Nope! It's kinda silly. We all call electrons negative because of how they were labeled 250 years ago. If he had labeled them positive the math involving electric current would be a bit easier.
I’ve been hearing for years that the math involved would be easier if we switched signs on the electron but what equation specifically would be simpler? One would still have to deal with both polarities. I tutored electrical engineers for years and the biggest misconception by far was always considering the amount (or movement) of charge and the number of particles to be equivalent. Polarity was never really an issue.
But existing theory predicts all those just fine, it just happens that some things are not in the same direction, but it’s not like one can ignore direction. The math is still always there. And I argue things going in different directions is a feature, not a bug, because it reinforces the point that net charge and net particles are not the same thing.
Right, the math is the same. We face this in physics all the time. You drop a ball and it accelerates downward. Should the distance it covers be a negative number? Well, it seems linear distance should be positive, but if it is, then does down become positive? Shouldn't up be positive? Or do we reverse from end-minus-start and make it start-minus-end?
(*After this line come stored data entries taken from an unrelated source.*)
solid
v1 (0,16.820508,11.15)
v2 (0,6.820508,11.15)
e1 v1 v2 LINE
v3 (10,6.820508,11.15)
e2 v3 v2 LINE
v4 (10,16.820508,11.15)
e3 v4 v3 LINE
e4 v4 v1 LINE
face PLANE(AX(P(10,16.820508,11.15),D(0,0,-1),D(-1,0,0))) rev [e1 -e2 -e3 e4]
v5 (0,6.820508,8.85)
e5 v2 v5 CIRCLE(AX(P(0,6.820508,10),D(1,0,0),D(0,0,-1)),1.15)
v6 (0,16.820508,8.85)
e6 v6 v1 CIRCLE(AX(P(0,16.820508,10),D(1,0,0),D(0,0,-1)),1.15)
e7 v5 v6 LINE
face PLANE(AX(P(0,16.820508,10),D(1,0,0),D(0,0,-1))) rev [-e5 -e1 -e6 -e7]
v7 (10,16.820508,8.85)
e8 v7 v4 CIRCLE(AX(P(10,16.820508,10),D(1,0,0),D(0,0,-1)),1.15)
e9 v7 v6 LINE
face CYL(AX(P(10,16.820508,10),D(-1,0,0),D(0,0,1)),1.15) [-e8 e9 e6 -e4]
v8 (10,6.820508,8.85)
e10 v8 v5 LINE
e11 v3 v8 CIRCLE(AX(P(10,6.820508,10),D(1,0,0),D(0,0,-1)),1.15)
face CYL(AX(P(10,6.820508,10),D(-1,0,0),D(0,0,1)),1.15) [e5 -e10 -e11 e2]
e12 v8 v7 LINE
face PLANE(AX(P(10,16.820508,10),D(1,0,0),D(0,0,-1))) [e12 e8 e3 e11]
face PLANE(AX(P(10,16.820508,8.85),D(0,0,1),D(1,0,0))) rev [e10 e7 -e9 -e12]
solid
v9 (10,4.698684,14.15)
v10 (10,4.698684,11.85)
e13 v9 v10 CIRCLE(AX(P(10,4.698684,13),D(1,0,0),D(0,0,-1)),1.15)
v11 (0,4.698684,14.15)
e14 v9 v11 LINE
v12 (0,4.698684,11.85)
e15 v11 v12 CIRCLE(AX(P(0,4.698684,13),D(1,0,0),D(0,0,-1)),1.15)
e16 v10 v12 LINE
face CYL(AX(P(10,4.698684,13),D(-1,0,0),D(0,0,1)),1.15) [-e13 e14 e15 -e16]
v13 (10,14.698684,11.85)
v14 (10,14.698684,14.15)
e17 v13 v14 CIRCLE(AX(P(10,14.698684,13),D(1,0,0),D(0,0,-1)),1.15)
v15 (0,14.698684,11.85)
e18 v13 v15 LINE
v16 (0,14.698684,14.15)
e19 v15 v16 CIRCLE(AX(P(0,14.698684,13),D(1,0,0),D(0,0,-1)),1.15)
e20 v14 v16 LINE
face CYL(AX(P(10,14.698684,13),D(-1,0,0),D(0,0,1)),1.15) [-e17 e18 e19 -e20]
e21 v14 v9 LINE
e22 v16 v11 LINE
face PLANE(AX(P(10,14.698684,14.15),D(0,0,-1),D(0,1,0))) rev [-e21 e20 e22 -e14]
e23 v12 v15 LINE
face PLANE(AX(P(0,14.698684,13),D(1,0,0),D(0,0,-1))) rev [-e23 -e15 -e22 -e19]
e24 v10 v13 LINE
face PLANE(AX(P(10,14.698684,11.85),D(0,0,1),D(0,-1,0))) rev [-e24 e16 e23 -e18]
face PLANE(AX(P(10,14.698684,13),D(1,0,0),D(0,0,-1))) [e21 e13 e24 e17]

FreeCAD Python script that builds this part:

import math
import FreeCAD as App
import Part
import Sketcher
from FreeCAD import Vector

doc = App.newDocument("Part")
body = doc.addObject("PartDesign::Body", "Body")

sketch1 = body.newObject("Sketcher::SketchObject", "Sketch")
sketch1.AttachmentSupport = (doc.getObject("YZ_Plane"), [""])
sketch1.MapMode = "FlatFace"
sketch1.addGeometry([
    Part.LineSegment(Vector(6.820508, 8.85, 0), Vector(16.820508, 8.85, 0)),
    Part.ArcOfCircle(Part.Circle(Vector(16.820508, 10, 0), Vector(0, 0, 1), 1.15), math.radians(-90), math.radians(90)),
    Part.LineSegment(Vector(16.820508, 11.15, 0), Vector(6.820508, 11.15, 0)),
    Part.ArcOfCircle(Part.Circle(Vector(6.820508, 10, 0), Vector(0, 0, 1), 1.15), math.radians(90), math.radians(270)),
], False)
sketch1.addConstraint([
    Sketcher.Constraint("Tangent", 0, 2, 1, 1),
    Sketcher.Constraint("Tangent", 1, 2, 2, 1),
    Sketcher.Constraint("Tangent", 2, 2, 3, 1),
    Sketcher.Constraint("Tangent", 3, 2, 0, 1),
    Sketcher.Constraint("Horizontal", 0),
    Sketcher.Constraint("Horizontal", 2),
    Sketcher.Constraint("DistanceX", 0, 1, 0, 2, 10.0),
    Sketcher.Constraint("Radius", 1, 1.15),
    Sketcher.Constraint("DistanceY", -1, 1, 1, 3, 10.0),
    Sketcher.Constraint("DistanceX", -1, 1, 1, 3, 16.820508),
])
pad1 = body.newObject("PartDesign::Pad", "Pad")
pad1.Profile = sketch1
pad1.Length = 10
body2 = doc.addObject("PartDesign::Body", "Body001")

sketch2 = body2.newObject("Sketcher::SketchObject", "Sketch001")
sketch2.AttachmentSupport = (doc.getObject("YZ_Plane001"), [""])
sketch2.MapMode = "FlatFace"
sketch2.addGeometry([
    Part.LineSegment(Vector(4.698684, 11.85, 0), Vector(14.698684, 11.85, 0)),
    Part.ArcOfCircle(Part.Circle(Vector(14.698684, 13, 0), Vector(0, 0, 1), 1.15), math.radians(-90), math.radians(90)),
    Part.LineSegment(Vector(14.698684, 14.15, 0), Vector(4.698684, 14.15, 0)),
    Part.ArcOfCircle(Part.Circle(Vector(4.698684, 13, 0), Vector(0, 0, 1), 1.15), math.radians(90), math.radians(270)),
], False)
sketch2.addConstraint([
    Sketcher.Constraint("Tangent", 0, 2, 1, 1),
    Sketcher.Constraint("Tangent", 1, 2, 2, 1),
    Sketcher.Constraint("Tangent", 2, 2, 3, 1),
    Sketcher.Constraint("Tangent", 3, 2, 0, 1),
    Sketcher.Constraint("Horizontal", 0),
    Sketcher.Constraint("Horizontal", 2),
    Sketcher.Constraint("DistanceX", 0, 1, 0, 2, 10.0),
    Sketcher.Constraint("Radius", 1, 1.15),
    Sketcher.Constraint("DistanceY", -1, 1, 1, 3, 13.0),
    Sketcher.Constraint("DistanceX", -1, 1, 1, 3, 14.698684),
])
pad2 = body2.newObject("PartDesign::Pad", "Pad001")
pad2.Profile = sketch2
pad2.Length = 10

doc.recompute()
It doesn't matter. The math is all the same with just different labeling conventions.
For the general physics of electric charges, the convention that a proton is +1 and electron is -1 is somewhat useful as a reminder of the larger range of phenomena: protons carry charge, too, and a movement of positively charged molecules makes the charge carriers and current move in the same direction.
But as soon as you start working with practical, artificial electrical circuits (as opposed to, say, neurons), the electron-is-negative is a nuisance, because the charge carriers are almost always simple electrons. To visualize "stuff" moving one way, you have to visualize "other stuff" moving the opposite direction. You have to keep thinking that when you add more you get less. Visualization of electric/electronic technology would have been a lot more convenient if the convention had been that electrons were positive, protons negative.
I ran into this recently with vacuum tube diodes. There's a cloud of electrons surrounding the heated ground-plate. The source plate is at high voltage. Increasing the voltage on the grid attracts electrons, which stream from the ground and fly towards the "source." And I'm calling it "source" because the stream of electrons flowing from ground to source is a positive current from source to ground. Thanks, Ben
I haven't gone through all of your notes yet, but this would've been a godsend to go over in highschool before I started my EE classes in college. It was always obvious which students had been lucky enough to already cover the material.
Your notes are awesome.
One thing I never thought of (and still have a doubt): can you really say that adding more resistance physically slows down the electrons? I mean, how slow can you make them move then by adding mega or giga ohm resistors? In metres per second? Isn't it more like that by adding more resistors there are less electrons which are able to pass it, which makes current flow less (not slower)?
Just a random thought, without research.
I'm also speculating here, but I think resistance can manifest as slower electrons or as fewer electrons moving at the same speed.
On the wire, away from the resistors, the number of electrons that can move should stay constant, so the election drift velocity should drop as resistance increases.
One more thing to add. Electron drift velocity isn't the same as signal propagation speed. Wires can transmit information at around 2/3 the speed of light, but the drift velocity of an electron in a wire is around walking speed.
The analogy I use to explain this (which is, like all analogies of course broken at many levels): a tube full of marbles will produce a marble at the far end every time you push one new marble in, but the individual marbles travel really slow.
I used to use the scene in "the two towers" where they light the fire to let Rohan know that Gondor is in need of aid. I thinks I have to stop referencing Lord of the Rings because most high schoolers haven't seen the movie these days.
Thanks, point taken. And of course there are approximations and simplifications necessary when you try to explain this subject to high school students. I mean, that is the age when you still draw parallels from the physical world and it is easier to digest electron as a very small fast moving "ball" even though it is probably not.
Electrons move at the same speed. In a low-resistance material (metal crystal) they move in an almost strait line. In a higher resitance material they take a longer path, and must line up (stop) to make it through bottlenecks. They only seem to be moving more slowly at a macroscopic level.
Beautifully presented! Thanks for sharing, these notes are inspiring, I especially like the simplicity of the presentation's design paired with interactive elements. Too often I find material with the latter to be extremely busy. As someone interested in instruction, I'm taking notes from this!
"In 1746 Benjamin Franklin mistakenly assigned a negative value to the charge carriers that we now call electrons."
Shouldn't that read "mistakenly assigned a _positive_ value to the charge carriers that we now call electrons"?